A snack always offerred before bed would solve the problem of "going to bed hungry" yet not interfere with the family meal.

This is what we always did. We had a long list of accpetable snack foods (maybe 20 or so: cheese, peanut butter, crackers, cereal, fruit, raisins, even soup) and they could choose whatever they wanted. Dinner was at 6:00 and snack was offered two hours later. Most of the time they did not want anything but this would certainly allow for a "eat what's on the table" policy while ensuring no one goes to bed hungry

This last snack is part of the routine of Ellyn Sater whose methods we follow.

Now its moot. The girls have not in the past 5 or 6 years wanted a snack before bed, they have eaten ennough at dinner!


----------



## velochic (May 13, 2002)

Quote:


Originally Posted by *wolfmama*
i don't think it is unreasonable for you not to get up until you have eaten.

but if my child rejected the food one night, i would not plan on it being the meal later in the week. i would have something else to serve.

Now, see... I WOULD. Just because my dd rejects something once, doesn't mean she will the second time.

In our house, dinner is dinner and what's put on the table is for everyone to eat unless there are actual dietary restrictions (none here). I involve dd in the preparation, we eat only whole foods made from scratch (nothing boxed), and it's healthy. I think the OP is in the right mind. I believe that when you put the effort into cooking a meal, children should respect that and eat what you put in front of them... even if it isn't their favorite or what they are in the mood to eat. You wouldn't go to someone's house as a guest and say, "Oh, I wasn't in the mood for fish tonight. I want beef. Fix me a steak." When dd is old enough to cook, she will get to prepare what she wants and likewise, if it's something I'm not fond of, I'll eat it and appreciate the love that went into it.


----------



## Oh the Irony (Dec 14, 2003)

i would certainly offer it again velochic. i would just not count on the child eating it and would have a reliable back-up in place.

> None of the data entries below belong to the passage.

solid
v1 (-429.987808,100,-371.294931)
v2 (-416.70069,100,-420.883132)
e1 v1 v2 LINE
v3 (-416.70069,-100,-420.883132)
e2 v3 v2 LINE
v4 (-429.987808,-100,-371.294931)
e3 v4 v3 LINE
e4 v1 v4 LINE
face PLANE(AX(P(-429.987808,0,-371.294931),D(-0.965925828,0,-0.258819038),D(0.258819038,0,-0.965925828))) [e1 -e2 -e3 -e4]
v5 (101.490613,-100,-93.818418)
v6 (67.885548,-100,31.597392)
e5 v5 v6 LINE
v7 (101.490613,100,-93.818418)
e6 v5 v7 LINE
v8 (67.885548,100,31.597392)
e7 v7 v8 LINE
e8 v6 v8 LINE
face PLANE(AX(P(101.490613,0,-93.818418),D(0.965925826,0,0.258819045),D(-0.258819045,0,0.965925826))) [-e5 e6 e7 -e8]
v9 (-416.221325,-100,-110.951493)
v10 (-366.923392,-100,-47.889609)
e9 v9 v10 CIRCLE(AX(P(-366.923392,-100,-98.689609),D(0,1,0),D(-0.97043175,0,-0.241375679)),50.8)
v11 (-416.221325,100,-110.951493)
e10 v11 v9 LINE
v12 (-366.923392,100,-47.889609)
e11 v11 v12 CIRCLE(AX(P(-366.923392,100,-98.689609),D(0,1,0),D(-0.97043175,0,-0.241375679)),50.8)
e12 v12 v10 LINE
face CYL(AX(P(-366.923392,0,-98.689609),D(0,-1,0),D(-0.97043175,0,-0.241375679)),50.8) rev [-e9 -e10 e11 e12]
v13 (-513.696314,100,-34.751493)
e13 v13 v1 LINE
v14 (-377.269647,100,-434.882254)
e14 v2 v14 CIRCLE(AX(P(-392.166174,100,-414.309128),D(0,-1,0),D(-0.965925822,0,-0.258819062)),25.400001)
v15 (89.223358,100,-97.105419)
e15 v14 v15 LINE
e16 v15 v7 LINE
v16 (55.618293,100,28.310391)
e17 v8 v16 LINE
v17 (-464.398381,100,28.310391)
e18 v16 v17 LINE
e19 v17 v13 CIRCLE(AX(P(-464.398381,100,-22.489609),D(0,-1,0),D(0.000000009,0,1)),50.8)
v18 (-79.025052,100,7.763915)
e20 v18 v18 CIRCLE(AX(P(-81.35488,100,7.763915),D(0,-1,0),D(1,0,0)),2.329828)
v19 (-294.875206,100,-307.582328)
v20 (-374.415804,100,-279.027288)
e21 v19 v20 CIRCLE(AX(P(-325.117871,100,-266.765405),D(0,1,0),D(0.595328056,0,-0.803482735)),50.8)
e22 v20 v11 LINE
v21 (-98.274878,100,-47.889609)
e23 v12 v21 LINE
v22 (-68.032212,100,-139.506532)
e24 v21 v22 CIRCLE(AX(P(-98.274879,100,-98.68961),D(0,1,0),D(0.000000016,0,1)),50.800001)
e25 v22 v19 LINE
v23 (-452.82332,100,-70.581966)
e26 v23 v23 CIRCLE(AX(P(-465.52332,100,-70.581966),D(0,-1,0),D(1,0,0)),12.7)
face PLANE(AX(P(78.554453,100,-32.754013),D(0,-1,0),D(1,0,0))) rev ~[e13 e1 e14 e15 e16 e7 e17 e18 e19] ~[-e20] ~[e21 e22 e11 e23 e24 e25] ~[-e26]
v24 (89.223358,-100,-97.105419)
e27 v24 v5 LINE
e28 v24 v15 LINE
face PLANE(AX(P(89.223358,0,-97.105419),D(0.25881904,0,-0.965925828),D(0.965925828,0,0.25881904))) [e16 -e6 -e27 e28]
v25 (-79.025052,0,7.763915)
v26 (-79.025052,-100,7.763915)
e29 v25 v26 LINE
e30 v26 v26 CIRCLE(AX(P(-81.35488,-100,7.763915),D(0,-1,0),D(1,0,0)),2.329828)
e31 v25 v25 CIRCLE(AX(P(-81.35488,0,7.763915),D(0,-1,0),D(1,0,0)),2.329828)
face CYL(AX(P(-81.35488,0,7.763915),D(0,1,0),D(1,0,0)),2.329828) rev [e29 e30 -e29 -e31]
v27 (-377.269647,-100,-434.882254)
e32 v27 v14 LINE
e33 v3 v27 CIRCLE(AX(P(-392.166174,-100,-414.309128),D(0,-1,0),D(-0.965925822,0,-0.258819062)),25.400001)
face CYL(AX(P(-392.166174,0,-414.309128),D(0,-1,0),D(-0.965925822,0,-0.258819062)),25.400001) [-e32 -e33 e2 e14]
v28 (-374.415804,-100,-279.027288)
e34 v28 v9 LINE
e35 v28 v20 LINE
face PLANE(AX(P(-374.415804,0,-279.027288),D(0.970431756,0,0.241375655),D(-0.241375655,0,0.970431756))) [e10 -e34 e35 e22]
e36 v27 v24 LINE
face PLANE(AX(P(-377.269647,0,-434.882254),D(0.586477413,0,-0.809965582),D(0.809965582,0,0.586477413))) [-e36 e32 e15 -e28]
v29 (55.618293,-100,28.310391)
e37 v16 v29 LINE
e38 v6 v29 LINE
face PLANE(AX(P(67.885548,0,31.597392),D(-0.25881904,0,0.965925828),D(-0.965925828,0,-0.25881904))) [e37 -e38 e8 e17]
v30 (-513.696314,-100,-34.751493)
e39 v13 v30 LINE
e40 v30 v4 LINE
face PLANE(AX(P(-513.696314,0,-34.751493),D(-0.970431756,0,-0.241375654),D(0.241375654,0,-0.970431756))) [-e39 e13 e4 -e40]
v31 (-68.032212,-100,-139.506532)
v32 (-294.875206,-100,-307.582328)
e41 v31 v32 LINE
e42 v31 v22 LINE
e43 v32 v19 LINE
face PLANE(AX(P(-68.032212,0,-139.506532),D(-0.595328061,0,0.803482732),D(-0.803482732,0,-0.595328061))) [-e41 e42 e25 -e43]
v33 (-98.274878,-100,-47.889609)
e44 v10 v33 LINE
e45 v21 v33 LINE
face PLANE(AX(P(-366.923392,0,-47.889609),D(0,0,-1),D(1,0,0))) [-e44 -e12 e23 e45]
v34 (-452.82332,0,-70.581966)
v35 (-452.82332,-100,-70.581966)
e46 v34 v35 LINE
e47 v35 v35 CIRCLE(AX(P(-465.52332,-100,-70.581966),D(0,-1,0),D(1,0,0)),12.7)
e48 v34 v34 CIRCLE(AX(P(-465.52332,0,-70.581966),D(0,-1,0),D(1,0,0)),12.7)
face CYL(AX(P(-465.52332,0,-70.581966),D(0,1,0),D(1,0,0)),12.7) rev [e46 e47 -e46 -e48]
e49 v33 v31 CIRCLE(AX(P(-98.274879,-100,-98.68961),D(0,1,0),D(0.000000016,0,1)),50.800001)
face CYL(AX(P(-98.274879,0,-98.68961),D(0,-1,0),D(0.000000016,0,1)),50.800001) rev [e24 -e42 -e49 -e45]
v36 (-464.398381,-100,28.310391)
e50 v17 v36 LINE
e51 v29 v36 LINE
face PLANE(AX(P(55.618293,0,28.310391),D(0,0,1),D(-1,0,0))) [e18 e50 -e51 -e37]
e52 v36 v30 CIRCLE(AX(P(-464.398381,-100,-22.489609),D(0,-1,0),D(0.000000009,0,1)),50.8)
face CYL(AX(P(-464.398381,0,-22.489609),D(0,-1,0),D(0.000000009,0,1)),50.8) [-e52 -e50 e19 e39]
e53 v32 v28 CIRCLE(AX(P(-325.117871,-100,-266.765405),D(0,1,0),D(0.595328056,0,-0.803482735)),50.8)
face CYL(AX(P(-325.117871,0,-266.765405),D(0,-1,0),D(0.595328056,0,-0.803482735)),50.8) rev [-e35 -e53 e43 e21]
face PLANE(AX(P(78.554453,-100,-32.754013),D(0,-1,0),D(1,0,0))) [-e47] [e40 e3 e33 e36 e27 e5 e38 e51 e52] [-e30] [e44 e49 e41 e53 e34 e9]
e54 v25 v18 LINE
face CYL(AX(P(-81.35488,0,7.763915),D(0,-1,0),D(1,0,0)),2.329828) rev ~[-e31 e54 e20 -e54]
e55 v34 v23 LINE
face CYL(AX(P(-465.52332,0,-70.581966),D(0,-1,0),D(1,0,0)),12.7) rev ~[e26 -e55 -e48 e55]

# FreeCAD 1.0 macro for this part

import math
import FreeCAD as App
import Part
import Sketcher
Q = App.Units.Quantity


def add_polygon(sketch, points):
    """Adds a closed chain of lines whose ends are joined by coincident constraints."""
    first, n = sketch.GeometryCount, len(points)
    for a, b in zip(points, points[1:] + points[:1]):
        sketch.addGeometry(Part.LineSegment(App.Vector(*a, 0), App.Vector(*b, 0)), False)
    for i in range(n):
        sketch.addConstraint(Sketcher.Constraint("Coincident", first + i, 2, first + (i + 1) % n, 1))

doc = App.newDocument("Part")
body = doc.addObject("PartDesign::Body", "Body")

# Sketch on XZ plane
sketch1 = body.newObject("Sketcher::SketchObject", "Sketch")
sketch1.AttachmentSupport = (doc.getObject("XZ_Plane"), [""])
sketch1.MapMode = "FlatFace"
sketch1.addGeometry([
    Part.LineSegment(App.Vector(55.618293, 28.310391, 0), App.Vector(-464.398381, 28.310391, 0)),  # 0
    Part.ArcOfCircle(Part.Circle(App.Vector(-464.398381, -22.489609, 0), App.Vector(0, 0, 1), 50.8), math.radians(89.999999), math.radians(193.967748)),  # 1
    Part.LineSegment(App.Vector(-513.696314, -34.751493, 0), App.Vector(-429.987808, -371.294931, 0)),  # 2
    Part.LineSegment(App.Vector(-429.987808, -371.294931, 0), App.Vector(-416.70069, -420.883132, 0)),  # 3
    Part.ArcOfCircle(Part.Circle(App.Vector(-392.166174, -414.309128, 0), App.Vector(0, 0, 1), 25.400001), math.radians(-164.999999), math.radians(-54.092569)),  # 4
    Part.LineSegment(App.Vector(-377.269647, -434.882254, 0), App.Vector(89.223358, -97.105419, 0)),  # 5
    Part.LineSegment(App.Vector(89.223358, -97.105419, 0), App.Vector(55.618293, 28.310391, 0)),  # 6
    Part.LineSegment(App.Vector(-374.415804, -279.027288, 0), App.Vector(-416.221325, -110.951493, 0)),  # 7
    Part.ArcOfCircle(Part.Circle(App.Vector(-366.923392, -98.689609, 0), App.Vector(0, 0, 1), 50.8), math.radians(89.999999), math.radians(193.967748)),  # 8
    Part.LineSegment(App.Vector(-366.923392, -47.889609, 0), App.Vector(-98.274878, -47.889609, 0)),  # 9
    Part.ArcOfCircle(Part.Circle(App.Vector(-98.274879, -98.68961, 0), App.Vector(0, 0, 1), 50.800001), math.radians(-53.463976), math.radians(89.999999)),  # 10
    Part.LineSegment(App.Vector(-68.032212, -139.506532, 0), App.Vector(-294.875206, -307.582328, 0)),  # 11
    Part.ArcOfCircle(Part.Circle(App.Vector(-325.117871, -266.765405, 0), App.Vector(0, 0, 1), 50.8), math.radians(-166.032254), math.radians(-53.463978)),  # 12
    Part.Circle(App.Vector(-465.52332, -70.581966, 0), App.Vector(0, 0, 1), 12.7),  # 13
    Part.Circle(App.Vector(-81.35488, 7.763915, 0), App.Vector(0, 0, 1), 2.329828),  # 14
], False)
sketch1.addConstraint([
    Sketcher.Constraint("Tangent", 0, 2, 1, 1),
    Sketcher.Constraint("Tangent", 1, 2, 2, 1),
    Sketcher.Constraint("Coincident", 2, 2, 3, 1),
    Sketcher.Constraint("Tangent", 3, 2, 4, 1),
    Sketcher.Constraint("Tangent", 4, 2, 5, 1),
    Sketcher.Constraint("Coincident", 5, 2, 6, 1),
    Sketcher.Constraint("Coincident", 6, 2, 0, 1),
    Sketcher.Constraint("Tangent", 7, 2, 8, 2),
    Sketcher.Constraint("Tangent", 8, 1, 9, 1),
    Sketcher.Constraint("Tangent", 9, 2, 10, 2),
    Sketcher.Constraint("Tangent", 10, 1, 11, 1),
    Sketcher.Constraint("Tangent", 11, 2, 12, 2),
    Sketcher.Constraint("Tangent", 12, 1, 7, 1),
    Sketcher.Constraint("Horizontal", 0),
    Sketcher.Constraint("Horizontal", 9),
    Sketcher.Constraint("Equal", 1, 8),
    Sketcher.Constraint("Equal", 8, 10),
    Sketcher.Constraint("Equal", 10, 12),
    Sketcher.Constraint("Parallel", 3, 6),
    Sketcher.Constraint("Parallel", 2, 7),
    Sketcher.Constraint("Diameter", 13, Q("1 in")),
    Sketcher.Constraint("Radius", 1, Q("2 in")),
    Sketcher.Constraint("Radius", 4, Q("1 in")),
    Sketcher.Constraint("Angle", 3, Q("-75 deg")),
    Sketcher.Constraint("DistanceY", 8, 3, 1, 3, Q("3 in")),
    Sketcher.Constraint("Diameter", 14, 4.659656),
    Sketcher.Constraint("DistanceY", 13, 3, 1, 3, Q("1.8933999 in")),
    Sketcher.Constraint("DistanceX", 13, 3, 10, 3, Q("14.4586 in")),
    Sketcher.Constraint("Distance", 6, 129.840001),
    Sketcher.Constraint("DistanceX", 10, 3, 14, 3, 16.919999),
    Sketcher.Constraint("DistanceX", 1, 3, 14, 3, 383.043501),
    Sketcher.Constraint("DistanceY", 3, 2, 2, 2, 49.588201),
    Sketcher.Constraint("DistanceY", 4, 3, 11, 2, 106.7268),
    Sketcher.Constraint("DistanceX", 2, 2, 11, 2, 135.112602),
    Sketcher.Constraint("DistanceX", 0, 2, 0, 1, 520.016674),
    Sketcher.Constraint("DistanceX", 9, 1, 9, 2, 268.648514),
    Sketcher.Constraint("DistanceX", 1, 3, -1, 1, 464.398381),
    Sketcher.Constraint("DistanceY", 1, 3, -1, 1, 22.489609),
    Sketcher.Constraint("DistanceX", 12, 3, -1, 1, 325.117871),
    Sketcher.Constraint("DistanceY", 12, 3, 14, 3, 274.52932),
])
pad1 = body.newObject("PartDesign::Pad", "Pad")
pad1.Profile = sketch1
pad1.Type = "TwoLengths"
pad1.Length = 100
pad1.Length2 = 100

# Sketch on XZ plane
sketch2 = body.newObject("Sketcher::SketchObject", "Sketch001")
sketch2.AttachmentSupport = (doc.getObject("XZ_Plane"), [""])
sketch2.MapMode = "FlatFace"
add_polygon(sketch2, [(67.885548, 31.597392), (55.618293, 28.310391), (89.223358, -97.105419), (101.490613, -93.818418)])  # lines 0-3
sketch2.addConstraint([
    Sketcher.Constraint("Perpendicular", 0, 1),
    Sketcher.Constraint("Perpendicular", 1, 2),
    Sketcher.Constraint("Perpendicular", 2, 3),
    Sketcher.Constraint("Angle", 0, Q("-165 deg")),
    Sketcher.Constraint("Distance", 0, Q("0.4999999 in")),
    Sketcher.Constraint("Distance", 1, 129.840001),
    Sketcher.Constraint("DistanceY", -1, 1, 0, 2, 28.310391),
    Sketcher.Constraint("DistanceX", -1, 1, 1, 2, 89.223358),
])
pad2 = body.newObject("PartDesign::Pad", "Pad001")
pad2.Profile = sketch2
pad2.Type = "TwoLengths"
pad2.Length = 100
pad2.Length2 = 100

doc.recompute()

and the child not tasting the food doesn't bother me. i can know if i don't want something because of the smell.


----------



## irinam (Oct 27, 2004)

Quote:


Originally Posted by *mirlee*
I guess, basically, my attitude, is who cares. Let's just eat something.









and then get on with some more interesting stuff in this life! I sometimes feel that food everything (i.e - preparation, serving, eating, cleaning after) takes more than half of our free time.

And I too get grouchy while hungry. But - I discovered that I can eat a stick of ceery or even a cup of yogurt *while* cooking, and voi la I don't have to make hungry DD wait till I am done eating (even if she is being picky, unreasonable, stubborn, what-have-you)


----------



## lilsishomemade (Feb 12, 2005)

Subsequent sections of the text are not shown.